Prigioniero non è soltanto Cara e lo scontro –momentaneamente senza speranza- non sprizza tra la livida metafora della CITTA’ ed un bucolico angolo di CAMPAGNA. Si tratta di brucianti sorprese che gli itinerari del sangue scavano tra schemi e schermi di presunte e stereotipe idealità. In “TERRIRORIO DI FATTI” (1969)

“la città ha dentro le proprie vene il caos, / ti inserisce nelle public relations proletari,/ in un’anodina pace d’indifferenza e nell’urlo dei problemi./ Ti mostra la ondulata treccina dei capelluti:/ mandarini scattati dal teppismo démodé su una piazza./ La città senza volto ha i suoi schemi definitivi” (31).

In “LO STATO DELLA LOGICA” (1980), l’uomo – schermo “esposto tutto in questo ambiente, la scatola, il gene,/ diventano inutili perché restano con poche fantasie” (32).

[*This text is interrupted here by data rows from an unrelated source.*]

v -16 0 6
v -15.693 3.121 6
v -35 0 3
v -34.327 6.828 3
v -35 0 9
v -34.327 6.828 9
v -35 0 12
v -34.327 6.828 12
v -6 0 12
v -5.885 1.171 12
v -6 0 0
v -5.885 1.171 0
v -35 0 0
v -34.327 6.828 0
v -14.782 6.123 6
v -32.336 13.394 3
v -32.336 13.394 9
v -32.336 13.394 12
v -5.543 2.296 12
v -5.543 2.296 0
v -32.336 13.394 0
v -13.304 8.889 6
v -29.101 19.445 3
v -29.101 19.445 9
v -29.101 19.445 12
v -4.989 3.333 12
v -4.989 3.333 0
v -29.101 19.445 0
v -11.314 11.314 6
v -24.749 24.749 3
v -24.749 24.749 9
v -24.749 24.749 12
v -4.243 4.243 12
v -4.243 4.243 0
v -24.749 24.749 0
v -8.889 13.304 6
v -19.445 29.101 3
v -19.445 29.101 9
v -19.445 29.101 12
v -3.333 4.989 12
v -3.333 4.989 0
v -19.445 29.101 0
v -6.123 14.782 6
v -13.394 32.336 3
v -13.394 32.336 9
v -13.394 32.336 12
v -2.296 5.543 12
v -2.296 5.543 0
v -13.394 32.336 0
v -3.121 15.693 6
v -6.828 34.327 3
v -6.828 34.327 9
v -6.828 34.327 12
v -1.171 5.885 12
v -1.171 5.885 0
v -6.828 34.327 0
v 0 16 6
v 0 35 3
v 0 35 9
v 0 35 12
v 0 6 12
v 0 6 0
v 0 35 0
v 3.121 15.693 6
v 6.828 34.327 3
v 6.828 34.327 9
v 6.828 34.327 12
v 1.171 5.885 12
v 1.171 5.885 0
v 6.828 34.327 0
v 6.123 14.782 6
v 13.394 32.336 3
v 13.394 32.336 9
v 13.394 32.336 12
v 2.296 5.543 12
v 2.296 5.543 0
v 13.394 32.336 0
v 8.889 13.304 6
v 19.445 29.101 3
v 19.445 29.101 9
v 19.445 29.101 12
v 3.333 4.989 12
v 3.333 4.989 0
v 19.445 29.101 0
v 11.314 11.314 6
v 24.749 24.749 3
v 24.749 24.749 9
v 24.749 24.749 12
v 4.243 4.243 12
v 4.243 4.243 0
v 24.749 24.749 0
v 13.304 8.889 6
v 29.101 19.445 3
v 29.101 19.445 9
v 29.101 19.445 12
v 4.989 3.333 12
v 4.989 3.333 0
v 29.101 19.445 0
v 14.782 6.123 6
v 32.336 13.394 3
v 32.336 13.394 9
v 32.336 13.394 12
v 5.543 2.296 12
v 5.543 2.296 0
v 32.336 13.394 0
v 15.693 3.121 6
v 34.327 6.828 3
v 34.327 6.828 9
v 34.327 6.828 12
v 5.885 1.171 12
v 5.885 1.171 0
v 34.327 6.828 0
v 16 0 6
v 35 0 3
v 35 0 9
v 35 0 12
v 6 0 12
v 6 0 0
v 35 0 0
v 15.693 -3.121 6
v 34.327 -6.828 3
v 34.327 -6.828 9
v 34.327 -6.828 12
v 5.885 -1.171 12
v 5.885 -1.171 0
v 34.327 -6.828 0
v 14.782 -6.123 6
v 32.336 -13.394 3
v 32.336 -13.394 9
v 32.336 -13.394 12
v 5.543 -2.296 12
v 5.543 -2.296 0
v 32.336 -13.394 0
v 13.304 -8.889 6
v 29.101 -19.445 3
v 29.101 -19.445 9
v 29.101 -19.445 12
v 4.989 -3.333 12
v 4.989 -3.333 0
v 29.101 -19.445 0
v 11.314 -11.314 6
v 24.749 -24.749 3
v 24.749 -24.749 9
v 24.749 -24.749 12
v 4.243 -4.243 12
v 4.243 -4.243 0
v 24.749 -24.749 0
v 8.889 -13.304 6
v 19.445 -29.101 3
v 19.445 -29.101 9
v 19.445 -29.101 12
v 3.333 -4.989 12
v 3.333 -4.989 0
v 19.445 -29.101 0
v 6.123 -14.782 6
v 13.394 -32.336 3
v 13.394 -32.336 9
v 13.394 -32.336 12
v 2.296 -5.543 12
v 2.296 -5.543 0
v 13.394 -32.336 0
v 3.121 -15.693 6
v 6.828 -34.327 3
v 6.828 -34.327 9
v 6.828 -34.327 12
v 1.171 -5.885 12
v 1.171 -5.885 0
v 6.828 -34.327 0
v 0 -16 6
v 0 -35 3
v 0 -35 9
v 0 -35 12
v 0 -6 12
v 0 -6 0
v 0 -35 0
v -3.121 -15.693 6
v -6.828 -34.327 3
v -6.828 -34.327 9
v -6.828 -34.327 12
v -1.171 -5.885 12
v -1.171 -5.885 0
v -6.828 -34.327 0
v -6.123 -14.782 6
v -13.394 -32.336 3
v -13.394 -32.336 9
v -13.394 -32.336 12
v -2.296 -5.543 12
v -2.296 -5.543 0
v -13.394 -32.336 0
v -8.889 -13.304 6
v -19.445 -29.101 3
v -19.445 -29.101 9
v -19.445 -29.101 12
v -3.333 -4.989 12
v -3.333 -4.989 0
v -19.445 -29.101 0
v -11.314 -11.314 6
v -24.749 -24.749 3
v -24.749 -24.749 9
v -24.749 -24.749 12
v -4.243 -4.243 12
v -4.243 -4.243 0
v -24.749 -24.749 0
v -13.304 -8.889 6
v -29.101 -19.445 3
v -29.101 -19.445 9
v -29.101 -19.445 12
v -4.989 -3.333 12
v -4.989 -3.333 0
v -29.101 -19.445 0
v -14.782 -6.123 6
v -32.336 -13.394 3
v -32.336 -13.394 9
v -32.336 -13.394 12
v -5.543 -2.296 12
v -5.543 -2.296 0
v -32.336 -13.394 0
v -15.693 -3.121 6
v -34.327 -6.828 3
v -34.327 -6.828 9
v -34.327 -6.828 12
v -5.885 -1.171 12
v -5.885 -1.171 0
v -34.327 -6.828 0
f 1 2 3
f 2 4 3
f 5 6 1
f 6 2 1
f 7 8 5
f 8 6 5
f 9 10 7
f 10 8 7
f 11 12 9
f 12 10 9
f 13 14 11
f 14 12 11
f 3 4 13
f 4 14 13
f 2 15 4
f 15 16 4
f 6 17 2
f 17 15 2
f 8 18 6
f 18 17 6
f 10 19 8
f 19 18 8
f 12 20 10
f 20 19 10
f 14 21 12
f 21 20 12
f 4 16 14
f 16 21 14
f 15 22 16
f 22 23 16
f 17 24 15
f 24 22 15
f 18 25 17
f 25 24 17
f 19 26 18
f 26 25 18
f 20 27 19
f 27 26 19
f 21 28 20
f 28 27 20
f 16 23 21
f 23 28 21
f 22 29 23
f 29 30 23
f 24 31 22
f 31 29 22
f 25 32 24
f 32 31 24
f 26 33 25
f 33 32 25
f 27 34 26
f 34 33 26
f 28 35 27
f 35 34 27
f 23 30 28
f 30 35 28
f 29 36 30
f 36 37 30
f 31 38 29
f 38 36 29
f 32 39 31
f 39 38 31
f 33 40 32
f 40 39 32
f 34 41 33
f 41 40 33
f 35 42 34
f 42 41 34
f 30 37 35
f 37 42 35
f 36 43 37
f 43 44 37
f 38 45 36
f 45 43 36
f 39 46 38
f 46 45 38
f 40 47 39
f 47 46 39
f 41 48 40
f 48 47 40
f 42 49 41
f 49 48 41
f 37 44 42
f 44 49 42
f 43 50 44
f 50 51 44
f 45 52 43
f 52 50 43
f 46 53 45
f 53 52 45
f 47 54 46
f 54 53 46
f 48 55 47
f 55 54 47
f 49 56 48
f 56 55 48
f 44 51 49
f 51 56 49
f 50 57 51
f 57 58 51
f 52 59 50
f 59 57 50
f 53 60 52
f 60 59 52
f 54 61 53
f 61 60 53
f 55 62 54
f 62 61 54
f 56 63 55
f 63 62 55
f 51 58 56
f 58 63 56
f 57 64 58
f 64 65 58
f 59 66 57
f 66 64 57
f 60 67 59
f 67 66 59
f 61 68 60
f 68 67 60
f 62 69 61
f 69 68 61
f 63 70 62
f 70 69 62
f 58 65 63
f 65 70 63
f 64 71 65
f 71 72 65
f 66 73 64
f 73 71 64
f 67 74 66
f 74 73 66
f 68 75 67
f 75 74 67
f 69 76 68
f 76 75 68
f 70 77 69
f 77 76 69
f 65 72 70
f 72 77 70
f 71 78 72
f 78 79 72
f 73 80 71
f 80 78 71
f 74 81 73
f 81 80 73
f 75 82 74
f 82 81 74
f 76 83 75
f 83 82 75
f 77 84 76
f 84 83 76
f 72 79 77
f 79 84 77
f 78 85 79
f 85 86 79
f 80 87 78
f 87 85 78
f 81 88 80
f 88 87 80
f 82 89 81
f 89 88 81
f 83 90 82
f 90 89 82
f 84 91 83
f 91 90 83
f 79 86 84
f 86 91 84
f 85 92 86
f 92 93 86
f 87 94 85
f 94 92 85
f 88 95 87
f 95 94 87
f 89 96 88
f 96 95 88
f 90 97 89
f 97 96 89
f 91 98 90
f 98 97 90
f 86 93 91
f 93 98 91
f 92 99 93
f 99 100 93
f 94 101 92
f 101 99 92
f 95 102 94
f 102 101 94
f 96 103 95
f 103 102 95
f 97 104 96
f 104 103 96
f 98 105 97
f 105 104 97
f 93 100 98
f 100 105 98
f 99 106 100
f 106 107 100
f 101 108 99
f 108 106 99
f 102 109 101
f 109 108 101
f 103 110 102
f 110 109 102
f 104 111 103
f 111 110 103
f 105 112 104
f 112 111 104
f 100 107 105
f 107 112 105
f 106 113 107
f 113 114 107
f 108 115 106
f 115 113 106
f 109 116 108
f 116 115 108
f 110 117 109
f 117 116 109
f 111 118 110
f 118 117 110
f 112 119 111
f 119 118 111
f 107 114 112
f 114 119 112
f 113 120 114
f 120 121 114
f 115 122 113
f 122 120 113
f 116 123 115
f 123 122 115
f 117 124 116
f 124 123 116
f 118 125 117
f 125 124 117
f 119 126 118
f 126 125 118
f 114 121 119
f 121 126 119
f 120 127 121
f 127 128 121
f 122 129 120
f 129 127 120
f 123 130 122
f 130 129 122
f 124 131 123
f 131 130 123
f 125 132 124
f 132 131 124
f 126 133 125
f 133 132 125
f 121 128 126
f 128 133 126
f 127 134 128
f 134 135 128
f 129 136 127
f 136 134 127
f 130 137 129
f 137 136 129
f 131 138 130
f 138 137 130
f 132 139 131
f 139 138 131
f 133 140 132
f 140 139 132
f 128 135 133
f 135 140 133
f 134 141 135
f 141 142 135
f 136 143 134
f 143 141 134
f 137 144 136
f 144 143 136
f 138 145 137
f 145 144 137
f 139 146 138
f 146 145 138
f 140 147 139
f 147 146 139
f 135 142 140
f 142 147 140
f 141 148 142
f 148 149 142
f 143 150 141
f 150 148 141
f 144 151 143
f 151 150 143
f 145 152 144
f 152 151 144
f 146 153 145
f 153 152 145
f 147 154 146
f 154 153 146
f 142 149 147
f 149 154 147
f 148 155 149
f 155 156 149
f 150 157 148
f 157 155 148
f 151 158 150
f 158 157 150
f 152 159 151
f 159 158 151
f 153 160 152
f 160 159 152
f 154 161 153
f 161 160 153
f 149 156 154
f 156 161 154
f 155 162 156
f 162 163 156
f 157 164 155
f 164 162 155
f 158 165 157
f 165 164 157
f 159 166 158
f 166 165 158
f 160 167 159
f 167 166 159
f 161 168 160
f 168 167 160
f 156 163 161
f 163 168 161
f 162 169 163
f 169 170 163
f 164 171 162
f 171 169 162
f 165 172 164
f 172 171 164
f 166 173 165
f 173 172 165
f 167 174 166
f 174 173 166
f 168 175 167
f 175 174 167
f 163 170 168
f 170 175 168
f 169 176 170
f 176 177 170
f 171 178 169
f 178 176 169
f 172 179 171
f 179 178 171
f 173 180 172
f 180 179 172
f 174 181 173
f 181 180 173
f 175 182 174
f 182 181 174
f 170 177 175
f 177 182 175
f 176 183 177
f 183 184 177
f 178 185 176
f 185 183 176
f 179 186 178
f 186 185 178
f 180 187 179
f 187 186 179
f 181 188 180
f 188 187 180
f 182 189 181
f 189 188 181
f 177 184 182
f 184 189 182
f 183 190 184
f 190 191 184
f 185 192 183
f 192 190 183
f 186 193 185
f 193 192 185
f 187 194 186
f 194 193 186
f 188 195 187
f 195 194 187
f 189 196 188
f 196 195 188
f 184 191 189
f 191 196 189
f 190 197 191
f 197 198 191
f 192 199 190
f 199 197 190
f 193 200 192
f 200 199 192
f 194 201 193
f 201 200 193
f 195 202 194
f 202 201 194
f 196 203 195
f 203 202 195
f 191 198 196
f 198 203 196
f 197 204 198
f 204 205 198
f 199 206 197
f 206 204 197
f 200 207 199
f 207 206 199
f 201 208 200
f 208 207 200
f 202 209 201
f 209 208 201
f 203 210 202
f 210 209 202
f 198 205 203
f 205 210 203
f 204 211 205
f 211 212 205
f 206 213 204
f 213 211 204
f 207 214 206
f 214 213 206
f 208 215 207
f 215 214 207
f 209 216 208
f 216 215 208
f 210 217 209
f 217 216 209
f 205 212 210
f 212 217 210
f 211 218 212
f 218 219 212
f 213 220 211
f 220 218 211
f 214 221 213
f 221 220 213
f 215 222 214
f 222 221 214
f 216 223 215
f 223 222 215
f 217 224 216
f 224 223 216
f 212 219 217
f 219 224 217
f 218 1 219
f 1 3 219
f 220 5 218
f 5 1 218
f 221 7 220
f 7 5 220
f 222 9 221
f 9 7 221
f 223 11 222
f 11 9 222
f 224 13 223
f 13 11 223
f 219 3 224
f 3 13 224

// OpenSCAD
$fn = 32;

// ----------------------------------------------------------------------
// Revolved part: V-groove pulley R35
// ----------------------------------------------------------------------

// --- parameters (mm) ---
bore_r = 6;               // bore radius
rim_r = 35;               // rim radius
rim_t = 12;               // rim width
groove_r = 16;            // groove root radius
groove_w = 3;             // groove half width
revolve_angle = 360;      // revolve sweep, degrees

bore_d = 2 * bore_r;
rim_d = 2 * rim_r;
groove_d = 2 * groove_r;

profile = [[6, 0], [35, 0], [35, 3], [16, 6], [35, 9], [35, 12], [6, 12]];  // primary outline, 7 points, counter clockwise

// --- the one profile operation ---
rotate_extrude(angle = revolve_angle) polygon(points = profile);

La trama scritturale di “ LO STATO DELLA LOGICA” permette di risalire agli inizi della nostra più che trentennale riflessione sugli atti –fatti dell’interiorità poetica e sulla concomitante spazializzazione concretiva. L’ampiezza stesurale o la redazione tipotopografica della parola diventa nota dopo “MITOLOGIA FAMILIARE” (1961) ma in “PREGHIERA”(1948) (33) si profila per esigenza di un Interlocutore garante in assoluto dopo l’orgia di sangue, di fuoco, di infamia che, durante il secondo conflitto mondiale ci aveva colto inermi e veramente piccoli. “PREGHIERA” vivificava il sintomo di rinnovamento collegabile con la fondazione de “IL CONCISTORO”, un’associazione dalle varie ma concordi posizioni culturali promossa da Cara non soltanto per raccogliere o per analizzare le mutile fisionomie del quotidiano ma per progettare risposte adeguate con il saggio, con la poesia, con l’azione (34), benché saggio e poesia esaltino l’azione come luogo di scommessa, di scelta, di rischio. La fondazione de “IL CONCISTORO” avrebbe raccolto, sia pur con intermittenza, contatti con l’ambigua referenzialità del neorealismo. La costante consultazione tra noi due, specie per via epistolare, sul costituente trascendentale del linguaggio che potesse protopredicare l’instabilità come approssimazione del fatto con possibile trasferimento sulle varianti; come specificità di una relazione esclusivamente aspecifica per via lessicale ma non per comune infermità genetica, avrebbe caratterizzato la morfogenesi del nostro lavoro poetico. E’ anche vero che Cara avesse letto Pavese o di lì a poco (dopo la fondazione de “IL CONCISTORO”) Withman, Valéry, Alvaro come io  stesso avevo conosciuto i Salmi di Davide, Ezechiele, Lucrezio, Eliot,  Cardarelli (in ispecie il poeta dalle diffuse stesure).

NOTE

1)D. Cara, “Coerente, isterica Europa”, in “Lo stato della logica”, Foggia, Bastogi, 1980,pp.104.
2) Ib.,”La passione corrente”, p.133.
3) Ib., “Una forma della storia”, p.134.
4) Ib., “Tempi di registrazione”, p. 83.-
5) ib., “Principi di rappresentazione”, p. 17.
6) Ib., pp. 17 –18.
7) Ib., “Cosmologia (e conflitto) di primavera, p.19.
8) Ib., pp.19 –20.
9) Ib., “Principi di rappre sentazione”, p.17.
10) Ib., “In una notte senza ritmo” p. 41.
11) Ib., “Il Nord: una risposta sbagliata” pp. 33 –34.
12) Ib., “ In una notte senza ritmo” p.40.
13 e 14 ) Ib.
15) Ib., “Codice elementare” ,p.45.
16) Ib., “Crescita della neve”, p.46.
17) Ib.
18) Ib., “Cosmogonia (e pratiche) per l’azzurro, p. 51.
19) Ib., “La speranza borghese”, p. 55.
20) Ib., “Ammonimento III°”, p. 65.
21) Ib., “I segni del traffico”, p. 63.
22) Ib., “Lettura (tentativo didascalico), p.64.
23) Ib., “Arterie, esecuzioni, transiti”, p. 77
25) I., p.76.
26) Ib., “Tutte le screpolature”, p. 24.
27) Hegel, ”Lineamenti di filosofia del diritto, a cura di F:Massineo, Bari, Laterza 1965.
28) S: Lanuzza, “Logosfera”, Milano, Laboratorio delle Arti, 1975.
29) D: Cara, “Territorio di fatti”, Parma, Guanda 1969, p. 43.
30) D. Cara, “In una scatola, in “Lo stato della logica “ Ib. p.113.
31) D. Cara, “Codice della città”, in “Territorio di fatti”, ib. pp. 43 –44.
32) D. Cara, “In una scatola”, ib.
33)D.  Cara, “Preghiera”, in “Sinfonie” a cura di G. B. Lacquaniti, Reggio Calabria, Ed: Il Canacolo 1948, p.113.
34) “Il Concistoro” favorì la collana “Lavacri” con scritti di P. Broussard, G. Cimino, V. De Simone.